Фашисты начали бой, как обычно. Загрохотала артиллерия, ее поддержали десятки минометов. Гитлеровцы не сумели определить, где проходит передний край обороны, били наугад по всему полю. Потери от такого огня невелики, только на психику действовал грохот разрывов и вой мин.
Наблюдатели засекли немецкие батареи. По ним ударили пушкари. Стрелял, правда, один конноартиллерийский дивизион, двенадцать орудий, но удар был внезапный, массированный и точный, у противника одна за другой смолкли три батареи.
В это же время преподнесли «подарок» врагу зенитчики. Фашистские самолеты нацелились бомбить мост и коноводов, скрывавшихся с лошадьми по овражкам и перелескам. Летели безбоязненно, низко. Привыкшие не встречать серьезного отпора, они развернулись и спокойно легли на боевой курс. Но на подходе к мосту попали под огонь зенитной батареи и счетверенных пулеметов, выдвинутых туда по приказу Белова.
Летчики растерялись, напоровшись на огненную завесу, поломали строй. Задымили четыре машины — и все четыре врезались в землю. Такой картины Павлу Алексеевичу видеть не приходилось. На командном пункте кто-то даже «ура» крикнул от радости.
Гибель фашистских самолетов ободрила бойцов, укрывшихся на кукурузных полях. И когда прозвучала команда: «Вперед!» — люди пошли дружно, напористо.
Цепи столкнулись в густых зарослях кукурузы, где даже огонь трудно было вести. Вспыхнули короткие рукопашные схватки. Полетели гранаты. Противники вновь залегли, окопались на скорую руку. Ливень пуль срезал стебли. Издалека казалось — широкий прокос перечеркнул поля.
Огневой бой обещал стать затяжным. Немцы атаковать не решались. Спешенные кавалеристы тоже не могли подняться: фашисты строчили из автоматов, да и пулеметов у них было больше.
Искать победу нужно было не здесь.
— Коня! — приказал Белов.
Легко вскочил в седло, понесся галопом: трое всадников едва поспевали за ним.

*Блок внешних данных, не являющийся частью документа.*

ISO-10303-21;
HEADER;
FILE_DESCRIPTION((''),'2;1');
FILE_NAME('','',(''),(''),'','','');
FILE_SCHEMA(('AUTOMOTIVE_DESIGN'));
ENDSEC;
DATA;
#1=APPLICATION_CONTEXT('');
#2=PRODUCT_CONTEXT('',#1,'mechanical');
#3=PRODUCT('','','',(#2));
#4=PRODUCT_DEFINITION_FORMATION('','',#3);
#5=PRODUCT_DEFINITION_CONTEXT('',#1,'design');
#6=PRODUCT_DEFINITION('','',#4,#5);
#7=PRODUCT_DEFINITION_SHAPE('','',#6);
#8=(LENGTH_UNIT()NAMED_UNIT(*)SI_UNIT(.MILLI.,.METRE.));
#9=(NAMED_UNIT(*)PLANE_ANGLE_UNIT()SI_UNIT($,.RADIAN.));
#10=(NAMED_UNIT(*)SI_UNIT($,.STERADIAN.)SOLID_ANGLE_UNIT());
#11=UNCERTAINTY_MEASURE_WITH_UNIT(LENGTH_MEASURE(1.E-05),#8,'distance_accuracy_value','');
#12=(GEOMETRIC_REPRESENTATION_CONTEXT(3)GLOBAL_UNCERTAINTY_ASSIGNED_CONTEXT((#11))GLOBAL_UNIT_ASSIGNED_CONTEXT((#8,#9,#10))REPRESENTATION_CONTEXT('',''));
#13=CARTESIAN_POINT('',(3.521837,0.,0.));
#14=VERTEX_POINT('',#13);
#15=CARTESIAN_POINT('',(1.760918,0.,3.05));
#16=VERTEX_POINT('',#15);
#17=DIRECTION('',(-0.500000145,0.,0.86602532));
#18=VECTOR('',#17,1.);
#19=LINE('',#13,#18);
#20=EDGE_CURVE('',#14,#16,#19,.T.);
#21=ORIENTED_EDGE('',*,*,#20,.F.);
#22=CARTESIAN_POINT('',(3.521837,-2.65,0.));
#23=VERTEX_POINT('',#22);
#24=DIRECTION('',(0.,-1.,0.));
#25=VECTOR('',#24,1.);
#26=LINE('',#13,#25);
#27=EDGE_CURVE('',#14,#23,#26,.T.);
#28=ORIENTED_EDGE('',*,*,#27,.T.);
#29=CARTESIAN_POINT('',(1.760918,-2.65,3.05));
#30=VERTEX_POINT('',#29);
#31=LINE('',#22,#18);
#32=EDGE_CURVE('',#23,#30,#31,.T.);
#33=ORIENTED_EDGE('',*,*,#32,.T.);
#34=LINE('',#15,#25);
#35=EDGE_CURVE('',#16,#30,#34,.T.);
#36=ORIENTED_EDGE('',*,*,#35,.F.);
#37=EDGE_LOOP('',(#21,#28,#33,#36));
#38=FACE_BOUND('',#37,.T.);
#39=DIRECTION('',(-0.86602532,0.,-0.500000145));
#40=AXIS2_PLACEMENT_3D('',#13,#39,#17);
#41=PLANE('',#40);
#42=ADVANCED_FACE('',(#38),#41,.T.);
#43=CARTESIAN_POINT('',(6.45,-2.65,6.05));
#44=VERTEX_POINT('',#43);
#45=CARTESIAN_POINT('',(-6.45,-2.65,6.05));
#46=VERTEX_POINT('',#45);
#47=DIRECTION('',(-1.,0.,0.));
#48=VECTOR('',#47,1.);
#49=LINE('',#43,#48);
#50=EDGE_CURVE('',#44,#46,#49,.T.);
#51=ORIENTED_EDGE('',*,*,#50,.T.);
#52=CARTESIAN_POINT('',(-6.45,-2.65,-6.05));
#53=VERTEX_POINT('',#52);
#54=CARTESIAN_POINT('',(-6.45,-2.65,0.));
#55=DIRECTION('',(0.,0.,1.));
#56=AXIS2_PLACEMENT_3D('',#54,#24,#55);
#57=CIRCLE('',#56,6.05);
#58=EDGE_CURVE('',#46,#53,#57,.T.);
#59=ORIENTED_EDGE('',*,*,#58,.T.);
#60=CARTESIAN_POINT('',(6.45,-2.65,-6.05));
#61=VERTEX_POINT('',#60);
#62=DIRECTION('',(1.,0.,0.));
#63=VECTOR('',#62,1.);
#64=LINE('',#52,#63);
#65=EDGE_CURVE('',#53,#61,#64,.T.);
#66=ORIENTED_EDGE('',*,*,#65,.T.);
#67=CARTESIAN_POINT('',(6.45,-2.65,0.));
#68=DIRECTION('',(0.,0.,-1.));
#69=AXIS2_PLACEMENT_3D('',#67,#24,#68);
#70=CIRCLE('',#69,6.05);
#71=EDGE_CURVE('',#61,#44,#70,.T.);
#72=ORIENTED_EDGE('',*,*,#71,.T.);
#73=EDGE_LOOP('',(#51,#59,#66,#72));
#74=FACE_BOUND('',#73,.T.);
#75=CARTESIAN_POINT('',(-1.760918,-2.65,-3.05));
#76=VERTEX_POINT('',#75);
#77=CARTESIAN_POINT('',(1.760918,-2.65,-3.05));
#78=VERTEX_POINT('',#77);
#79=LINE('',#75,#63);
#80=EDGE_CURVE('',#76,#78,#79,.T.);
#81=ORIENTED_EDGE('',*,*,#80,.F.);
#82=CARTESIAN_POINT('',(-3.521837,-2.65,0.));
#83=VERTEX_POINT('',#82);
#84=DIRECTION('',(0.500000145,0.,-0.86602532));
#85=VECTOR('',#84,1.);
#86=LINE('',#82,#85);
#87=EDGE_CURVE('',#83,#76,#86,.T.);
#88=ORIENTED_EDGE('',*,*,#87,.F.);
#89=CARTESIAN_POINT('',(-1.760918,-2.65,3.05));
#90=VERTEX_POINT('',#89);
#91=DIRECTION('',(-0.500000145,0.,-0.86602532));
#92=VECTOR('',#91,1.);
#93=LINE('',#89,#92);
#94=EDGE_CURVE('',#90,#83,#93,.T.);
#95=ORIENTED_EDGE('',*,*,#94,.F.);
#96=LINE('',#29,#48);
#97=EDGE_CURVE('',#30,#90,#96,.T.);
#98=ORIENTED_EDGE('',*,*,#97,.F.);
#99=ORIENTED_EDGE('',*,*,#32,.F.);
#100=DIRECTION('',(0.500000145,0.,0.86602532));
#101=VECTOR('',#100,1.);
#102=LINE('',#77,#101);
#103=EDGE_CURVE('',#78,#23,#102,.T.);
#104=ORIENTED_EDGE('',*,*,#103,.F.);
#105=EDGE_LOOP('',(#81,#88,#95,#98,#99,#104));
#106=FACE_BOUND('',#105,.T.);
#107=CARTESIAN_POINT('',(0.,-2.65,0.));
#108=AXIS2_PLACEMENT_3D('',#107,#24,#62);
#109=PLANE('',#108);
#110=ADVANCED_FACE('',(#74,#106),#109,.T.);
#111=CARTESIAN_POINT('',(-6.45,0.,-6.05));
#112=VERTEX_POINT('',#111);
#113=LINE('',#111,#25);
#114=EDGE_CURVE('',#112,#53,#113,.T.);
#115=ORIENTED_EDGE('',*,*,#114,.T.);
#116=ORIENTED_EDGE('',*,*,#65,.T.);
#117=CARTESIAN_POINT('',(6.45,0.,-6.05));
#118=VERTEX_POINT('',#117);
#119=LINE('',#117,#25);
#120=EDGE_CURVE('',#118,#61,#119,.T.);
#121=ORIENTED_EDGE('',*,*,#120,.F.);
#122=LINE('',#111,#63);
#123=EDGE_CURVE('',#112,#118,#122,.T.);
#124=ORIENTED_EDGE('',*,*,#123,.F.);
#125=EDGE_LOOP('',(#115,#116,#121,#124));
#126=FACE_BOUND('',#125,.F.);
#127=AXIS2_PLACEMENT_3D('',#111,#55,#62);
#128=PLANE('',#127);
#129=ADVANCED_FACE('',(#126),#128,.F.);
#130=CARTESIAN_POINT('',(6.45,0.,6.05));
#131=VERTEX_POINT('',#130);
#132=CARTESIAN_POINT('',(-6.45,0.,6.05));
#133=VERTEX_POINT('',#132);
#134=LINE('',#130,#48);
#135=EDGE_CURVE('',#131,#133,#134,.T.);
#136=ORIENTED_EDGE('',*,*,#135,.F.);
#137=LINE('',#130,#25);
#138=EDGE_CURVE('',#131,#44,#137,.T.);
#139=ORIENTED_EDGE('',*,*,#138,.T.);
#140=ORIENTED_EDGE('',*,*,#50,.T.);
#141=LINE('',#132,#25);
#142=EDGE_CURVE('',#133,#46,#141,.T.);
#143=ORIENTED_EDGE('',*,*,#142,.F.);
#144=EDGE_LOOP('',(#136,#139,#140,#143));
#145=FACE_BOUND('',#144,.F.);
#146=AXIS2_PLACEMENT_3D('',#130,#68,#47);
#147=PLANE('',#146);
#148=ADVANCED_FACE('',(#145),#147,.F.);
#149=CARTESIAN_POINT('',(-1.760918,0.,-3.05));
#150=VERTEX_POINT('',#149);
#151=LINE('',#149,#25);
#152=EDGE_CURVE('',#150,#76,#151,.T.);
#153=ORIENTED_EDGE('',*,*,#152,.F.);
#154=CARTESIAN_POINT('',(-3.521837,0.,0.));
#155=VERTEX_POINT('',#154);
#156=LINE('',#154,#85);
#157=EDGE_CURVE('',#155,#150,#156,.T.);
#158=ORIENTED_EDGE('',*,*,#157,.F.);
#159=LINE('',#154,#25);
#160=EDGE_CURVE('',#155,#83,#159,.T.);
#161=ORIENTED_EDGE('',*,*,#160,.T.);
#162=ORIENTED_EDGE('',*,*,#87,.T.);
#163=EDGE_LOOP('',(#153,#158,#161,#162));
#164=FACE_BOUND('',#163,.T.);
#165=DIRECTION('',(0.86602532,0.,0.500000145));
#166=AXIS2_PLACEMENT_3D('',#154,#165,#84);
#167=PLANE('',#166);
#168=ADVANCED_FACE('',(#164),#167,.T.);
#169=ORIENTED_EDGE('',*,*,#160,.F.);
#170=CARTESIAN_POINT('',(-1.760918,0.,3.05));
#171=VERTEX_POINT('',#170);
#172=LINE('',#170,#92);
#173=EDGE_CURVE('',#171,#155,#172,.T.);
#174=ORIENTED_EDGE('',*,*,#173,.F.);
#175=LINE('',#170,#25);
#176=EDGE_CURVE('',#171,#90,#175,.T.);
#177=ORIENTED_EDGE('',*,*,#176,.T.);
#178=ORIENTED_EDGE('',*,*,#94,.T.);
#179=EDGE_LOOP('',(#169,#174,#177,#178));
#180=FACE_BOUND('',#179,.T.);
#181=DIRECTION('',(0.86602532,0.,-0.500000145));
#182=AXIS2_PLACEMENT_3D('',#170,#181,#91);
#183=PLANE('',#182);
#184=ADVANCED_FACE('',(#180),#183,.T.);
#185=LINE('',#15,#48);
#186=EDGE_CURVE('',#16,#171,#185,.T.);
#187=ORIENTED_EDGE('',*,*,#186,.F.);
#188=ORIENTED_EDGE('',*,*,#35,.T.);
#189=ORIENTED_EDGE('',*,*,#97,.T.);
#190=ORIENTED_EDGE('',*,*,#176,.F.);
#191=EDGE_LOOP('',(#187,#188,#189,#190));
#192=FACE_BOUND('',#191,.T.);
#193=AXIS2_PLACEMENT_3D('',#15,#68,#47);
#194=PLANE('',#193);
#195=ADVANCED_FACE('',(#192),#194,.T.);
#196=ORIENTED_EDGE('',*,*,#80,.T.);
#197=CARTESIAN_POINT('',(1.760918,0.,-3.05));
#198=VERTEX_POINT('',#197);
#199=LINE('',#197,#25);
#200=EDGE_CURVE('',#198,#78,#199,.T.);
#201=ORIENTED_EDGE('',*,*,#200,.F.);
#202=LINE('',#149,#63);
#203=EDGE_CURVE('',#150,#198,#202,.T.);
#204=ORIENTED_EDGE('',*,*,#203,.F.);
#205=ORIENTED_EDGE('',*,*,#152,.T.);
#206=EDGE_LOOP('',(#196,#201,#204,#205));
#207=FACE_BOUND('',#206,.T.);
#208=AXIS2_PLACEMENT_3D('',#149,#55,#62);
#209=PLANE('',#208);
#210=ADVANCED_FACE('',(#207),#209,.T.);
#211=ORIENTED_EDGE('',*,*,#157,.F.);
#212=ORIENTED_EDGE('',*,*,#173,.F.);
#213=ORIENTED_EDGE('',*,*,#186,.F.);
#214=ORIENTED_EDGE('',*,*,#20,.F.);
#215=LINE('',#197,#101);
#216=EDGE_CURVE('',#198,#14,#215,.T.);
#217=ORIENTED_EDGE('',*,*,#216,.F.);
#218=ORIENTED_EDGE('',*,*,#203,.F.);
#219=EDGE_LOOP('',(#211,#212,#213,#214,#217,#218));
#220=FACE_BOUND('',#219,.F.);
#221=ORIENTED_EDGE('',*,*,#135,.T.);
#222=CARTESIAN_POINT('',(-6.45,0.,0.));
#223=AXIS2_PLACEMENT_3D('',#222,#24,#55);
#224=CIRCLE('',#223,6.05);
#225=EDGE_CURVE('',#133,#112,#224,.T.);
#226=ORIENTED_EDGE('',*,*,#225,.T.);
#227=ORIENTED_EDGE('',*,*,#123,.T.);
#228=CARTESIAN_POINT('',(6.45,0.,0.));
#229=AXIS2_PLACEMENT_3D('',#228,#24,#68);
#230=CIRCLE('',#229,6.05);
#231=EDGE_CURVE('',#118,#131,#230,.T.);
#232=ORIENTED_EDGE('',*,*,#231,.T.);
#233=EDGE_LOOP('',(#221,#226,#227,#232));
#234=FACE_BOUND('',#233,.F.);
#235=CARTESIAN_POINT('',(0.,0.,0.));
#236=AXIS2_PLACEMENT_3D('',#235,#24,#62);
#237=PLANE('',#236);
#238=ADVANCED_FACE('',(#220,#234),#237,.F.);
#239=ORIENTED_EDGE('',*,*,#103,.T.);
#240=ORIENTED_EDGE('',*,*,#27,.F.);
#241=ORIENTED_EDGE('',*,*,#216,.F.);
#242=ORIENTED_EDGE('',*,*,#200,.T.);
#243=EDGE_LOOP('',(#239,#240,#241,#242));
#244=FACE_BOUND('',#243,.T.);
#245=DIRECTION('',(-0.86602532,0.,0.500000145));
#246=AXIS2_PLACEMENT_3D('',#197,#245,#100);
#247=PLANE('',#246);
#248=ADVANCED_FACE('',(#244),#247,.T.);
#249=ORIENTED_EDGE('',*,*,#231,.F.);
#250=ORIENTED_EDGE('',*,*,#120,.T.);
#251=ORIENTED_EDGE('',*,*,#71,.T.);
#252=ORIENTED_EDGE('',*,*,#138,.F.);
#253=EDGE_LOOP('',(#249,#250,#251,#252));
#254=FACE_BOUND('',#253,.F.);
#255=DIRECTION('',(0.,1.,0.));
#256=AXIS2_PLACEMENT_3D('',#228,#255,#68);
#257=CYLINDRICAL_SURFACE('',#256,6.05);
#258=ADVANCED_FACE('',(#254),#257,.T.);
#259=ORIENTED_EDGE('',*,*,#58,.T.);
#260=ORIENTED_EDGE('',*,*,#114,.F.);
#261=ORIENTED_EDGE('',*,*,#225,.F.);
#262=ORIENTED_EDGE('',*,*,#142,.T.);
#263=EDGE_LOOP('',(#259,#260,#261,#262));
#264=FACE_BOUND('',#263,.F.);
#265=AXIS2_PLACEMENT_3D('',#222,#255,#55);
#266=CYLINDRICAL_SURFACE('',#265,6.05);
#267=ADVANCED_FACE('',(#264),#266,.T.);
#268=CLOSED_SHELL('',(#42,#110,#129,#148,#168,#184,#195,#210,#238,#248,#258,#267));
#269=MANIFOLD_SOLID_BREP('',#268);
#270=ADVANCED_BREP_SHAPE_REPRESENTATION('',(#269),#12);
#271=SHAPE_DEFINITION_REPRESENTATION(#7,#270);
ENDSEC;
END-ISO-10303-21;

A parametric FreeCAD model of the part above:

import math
import FreeCAD as App
import Part
import Sketcher
from FreeCAD import Vector
Q = App.Units.Quantity

doc = App.newDocument("Part")
body = doc.addObject("PartDesign::Body", "Body")

# Sketch on XZ plane
sketch1 = body.newObject("Sketcher::SketchObject", "Sketch")
sketch1.AttachmentSupport = (doc.getObject("XZ_Plane"), [""])
sketch1.MapMode = "FlatFace"
sketch1.addGeometry(Part.ArcOfCircle(Part.Circle(Vector(-6.5, 0, 0), Vector(0, 0, 1), 6), math.radians(90), math.radians(270)), False)
sketch1.addGeometry(Part.LineSegment(Vector(-6.5, -6, 0), Vector(6.5, -6, 0)), False)
sketch1.addGeometry(Part.ArcOfCircle(Part.Circle(Vector(6.5, 0, 0), Vector(0, 0, 1), 6), math.radians(-90), math.radians(90)), False)
sketch1.addGeometry(Part.LineSegment(Vector(6.5, 6, 0), Vector(-6.5, 6, 0)), False)
sketch1.addGeometry(Part.LineSegment(Vector(-1.8, 3, 0), Vector(1.8, 3, 0)), False)
sketch1.addGeometry(Part.LineSegment(Vector(1.8, 3, 0), Vector(3.5, 0, 0)), False)
sketch1.addGeometry(Part.LineSegment(Vector(3.5, 0, 0), Vector(1.8, -3, 0)), False)
sketch1.addGeometry(Part.LineSegment(Vector(1.8, -3, 0), Vector(-1.8, -3, 0)), False)
sketch1.addGeometry(Part.LineSegment(Vector(-1.8, -3, 0), Vector(-3.5, 0, 0)), False)
sketch1.addGeometry(Part.LineSegment(Vector(-3.5, 0, 0), Vector(-1.8, 3, 0)), False)
sketch1.addConstraint(Sketcher.Constraint("Tangent", 0, 2, 1, 1))
sketch1.addConstraint(Sketcher.Constraint("Tangent", 1, 2, 2, 1))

Спрыгнув на дне балки, отдал повод коноводу и бегом поднялся на холм, на командный пункт 5-й имени Блинова дивизии. Полковник Баранов хотел доложить, но генерал махнул рукой, сел рядом с ним на ковер, расстеленный под деревом. Усмехнулся: Баранов верен себе, своим привычкам. Сидит по-турецки, поджав ноги. Возле дерева — бочонок и кружка. Павел Алексеевич укоризненно покачал головой.
— Это не спирт, — насупившись, произнес Баранов. — Это кислятина, вроде бы лимонад. Глотка ведь сохнет.
Бас у Баранова густой, низкий. Гудит, будто иерихонская труба, — листья дрожат. Как раз по комплекции голос. Полковник рослый, тяжеловесный — не каждый конь поднимет такого.
Кавалерист Виктор Кириллович настоящий, до мозга костей. В пехоте как? Командир батальона — это уже фигура. В походе для него повозка, а то и машина. В бою — блиндаж или землянка. Он руководит, управляет. А в кавалерии и командир полка и командир дивизии делят все тяготы наравне с бойцами. В походе командир на коне. В час отдыха — завернулся в бурку и спит рядом со всеми. В бою он под огнем: издали, по телефону, не очень поруководишь — ускачут эскадроны, скроются из глаз, догоняй их потом.
Конечно, у командира дивизии есть возможность для элементарных удобств. Но Баранов этим не пользуется. У него даже вещей в обозе никаких нет. Все при себе. Конь, бурка, бинокль, полевая сумка и старая надежная шашка. Да еще бритва и мыло с полотенцем в седельной суме.
К опасности у него полное пренебрежение. Ну что за командный пункт — ковер под деревом?! Ни одной щели для укрытия не вырыто. А сюда и снаряды залетают, и мины.
Выслушав замечание, полковник сказал без энтузиазма:
— Виноват, товарищ генерал. Щель отроем. Но, по совести, не спасет она, если на роду написано… Рассказывал я вам, как басмач меня рубанул. Со всего маху, с налета — до пояса развалил бы… А он лишь кончик носа задел. Отсек — только вжикнуло. На всю жизнь красавцем сделал… А щели будут…
Баранов говорил, посматривая на Белова вопросительно: не для того приехал сюда генерал, чтобы позаботиться об укрытиях… Но Павел Алексеевич не торопился, оглядывал в бинокль поле боя. Артиллерийская канонада почти смолкла. На берегу изредка рвались мины. Сырой воздух приглушал треск выстрелов.